Jennifer Lopez and Ben Affleck seemingly made a common mistake after ending their first relationship, a couples therapist says
- Jennifer Lopez and Ben Affleck are reportedly getting divorced two years after they tied the knot.
- J. Lo's friend told Page Six the marriage was an expensive "exercise in closure."
Jennifer Lopez and Ben Affleck have reportedly called it quits — again.
According to several outlets, Lopez filed for divorce on Tuesday, the two-year anniversary of the couple's lavish Georgia wedding ceremony. Still, the singer listed their date of separation as April 26.
Amid reports of strain on their marriage, Page Six reported that an unnamed friend of Lopez's said her rekindled relationship with Affleck was an expensive "exercise in closure" for the singer, who felt she had "unfinished business" with her ex.
A couples therapist who is not treating the couple told Business Insider that the pair made a common mistake that many couples make when trying to move on from a failed relationship.
She said the two didn't need to rekindle their romance to get closure on their love affair. In fact, they may have repeated patterns from their first relationship if they haven't examined what went wrong the first time.
Representatives for Lopez and Affleck did not respond to a request for comment from Business Insider.
Repeating cycles
Lopez and Affleck's first romance ended just over 20 years after their second did.
The couple first romantically linked in 2002 after meeting on the set of "Gigli " and getting engaged the same year.

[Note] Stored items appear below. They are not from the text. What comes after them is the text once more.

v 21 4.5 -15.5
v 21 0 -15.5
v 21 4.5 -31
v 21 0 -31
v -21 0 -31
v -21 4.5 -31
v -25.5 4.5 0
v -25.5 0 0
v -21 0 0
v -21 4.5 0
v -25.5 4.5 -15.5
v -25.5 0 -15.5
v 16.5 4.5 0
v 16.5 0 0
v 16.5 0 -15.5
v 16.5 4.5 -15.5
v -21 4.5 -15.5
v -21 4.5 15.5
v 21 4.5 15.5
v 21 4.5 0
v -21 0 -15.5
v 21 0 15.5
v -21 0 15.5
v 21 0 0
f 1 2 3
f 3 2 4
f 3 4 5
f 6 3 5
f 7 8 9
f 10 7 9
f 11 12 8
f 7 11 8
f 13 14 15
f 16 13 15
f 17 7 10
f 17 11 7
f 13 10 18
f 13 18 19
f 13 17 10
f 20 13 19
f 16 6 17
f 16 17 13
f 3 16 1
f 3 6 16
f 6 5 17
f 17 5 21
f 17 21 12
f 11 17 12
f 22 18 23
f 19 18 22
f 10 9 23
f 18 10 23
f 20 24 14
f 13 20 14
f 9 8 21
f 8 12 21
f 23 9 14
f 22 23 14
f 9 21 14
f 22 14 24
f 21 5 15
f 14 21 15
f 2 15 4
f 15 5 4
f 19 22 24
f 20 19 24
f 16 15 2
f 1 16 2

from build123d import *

# Parameters (mm, degrees)
BOSS_EXTRUDE1_DEPTH = 4.5
SKETCH2_W           = 51.255573275
SKETCH2_H           = 30.547230998
CUT_EXTRUDE1_DEPTH  = 5.5


with BuildPart() as part:
    # Sketch1 → Boss-Extrude1 (new body)
    with BuildSketch(Plane(origin=(0, 0, 0), x_dir=(1, 0, 0), z_dir=(0, 1, 0))):
        Polygon((-21, 0), (-21, -15.5), (-25.5, -15.5), (-25.5, -31), (-21, -31), (-21, -35.5), (-16.5, -35.5), (-16.5, -31), (0, -31), (0, -35.5), (4.5, -35.5), (4.5, -31), (16.5, -31), (16.5, -15.5), (21, -15.5), (21, 0), (16.5, 0), (16.5, 15.5), (21, 15.5), (21, 31), (-21, 31), (-21, 15.5), (-25.5, 15.5), (-25.5, 0), align=None)
    extrude(amount=BOSS_EXTRUDE1_DEPTH)

    # Sketch2 → Cut-Extrude1 (cut, through all)
    with BuildSketch(Plane(origin=(0, 4.5, 0), x_dir=(1, 0, 0), z_dir=(0, 1, 0))):
        with Locations((0.127786638, -30.773615499)):
            Rectangle(SKETCH2_W, SKETCH2_H)
    extrude(amount=-CUT_EXTRUDE1_DEPTH, mode=Mode.SUBTRACT)


solid = part.part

But they broke up in 2004, and both went on to marry, have children, and divorce other people before rekindling their romance in 2021.
In the years after their 2004 split, Lopez repeatedly said that the public pressures of their relationship, particularly from the tabloids, contributed to their breakup. Still, the two kept in touch via email after their romance ended and, evidently, held a place in her heart open for her old flame.
Wedding and couples therapist Landis Bejar, who founded AisleTalk, told BI that a lack of closure from a breakup could impact someone's romantic life for years.
For instance, if you don't have closure, you may romanticize the time you spent in a relationship, regardless of what it was actually like.
"Even if you're clear on why it ended, it's still possible to look back with rose-colored glasses," she said. "You're romanticizing or idealizing that time."
Bejar said she thinks of closure as having three components:
- Accepting that a relationship has ended
- Clarifying why it ended
- Wanting to move forward
For a romantic relationship ending, moving forward can mean dating other people or feeling content single.
According to Bejar, people often reconnect with an ex if they have not fully accepted that a relationship has ended or sought clarity on why it ended in the first place.
"If you haven't given it a really honest look of what they did and what you did to contribute to the ending of the relationship, then you will be at risk for recreating those same dynamics," she added.
Though Lopez said she and Affleck had both independently grown since their first relationship, they may or may not have addressed what led to their breakup when they reconciled.
Lopez told People's Elizabeth Leonard in February 2022 that her second relationship with Affleck was "very different" from the one they had in the early 2000s.
"It's beautiful the way it feels very different than it was years ago," she said. "There's more of an appreciation and a celebration for it, which is nice."
She also told the outlet that Affleck had emotionally grown in the years they spent apart, saying, "he is so everything I always knew he was and wanted to be."
"I feel like he's at a place in his life where — just like how I feel about myself — it's been a journey of learning yourself and figuring yourself out, getting to a place where you feel really good on your own and who you are so you can be in a happy, healthy relationship," she went on to say.
The myth of closure
Bejar also told BI that many people believe in the "myth of closure," thinking they must speak to their ex or reconnect with them directly before moving on from the relationship.
Popular media often presents closure as a confrontation between two people, but Bejar said people can find closure without speaking to or reconnecting with their former partner.
"Oftentimes, we're seeking this closure conversation, that post-game breakdown of what happened," Bejar said. "But that myth of closure is that you need the other person to have a conversation with. The three components that I talked about are all possible through your own personal work, and therapy is an excellent space for that."
To be clear, despite what Lopez's friend told Page Six, Lopez nor Affleck have publicly said they found their way back to each other because they didn't have closure.
Affleck declined to tell The Wall Street Journal's Michael Hainey how he and Lopez got back together in 2021, but he said they reunited in a way that "reflects not just the person that I want to be, but the person that I really feel like I am—which is not perfect, but somebody who tries very hard and cares very much about being honest and authentic and accountable."
No matter how they got back together, Lopez and Affleck must find true closure to move forward. If not, they may find themselves in the same cycle in another 20 years.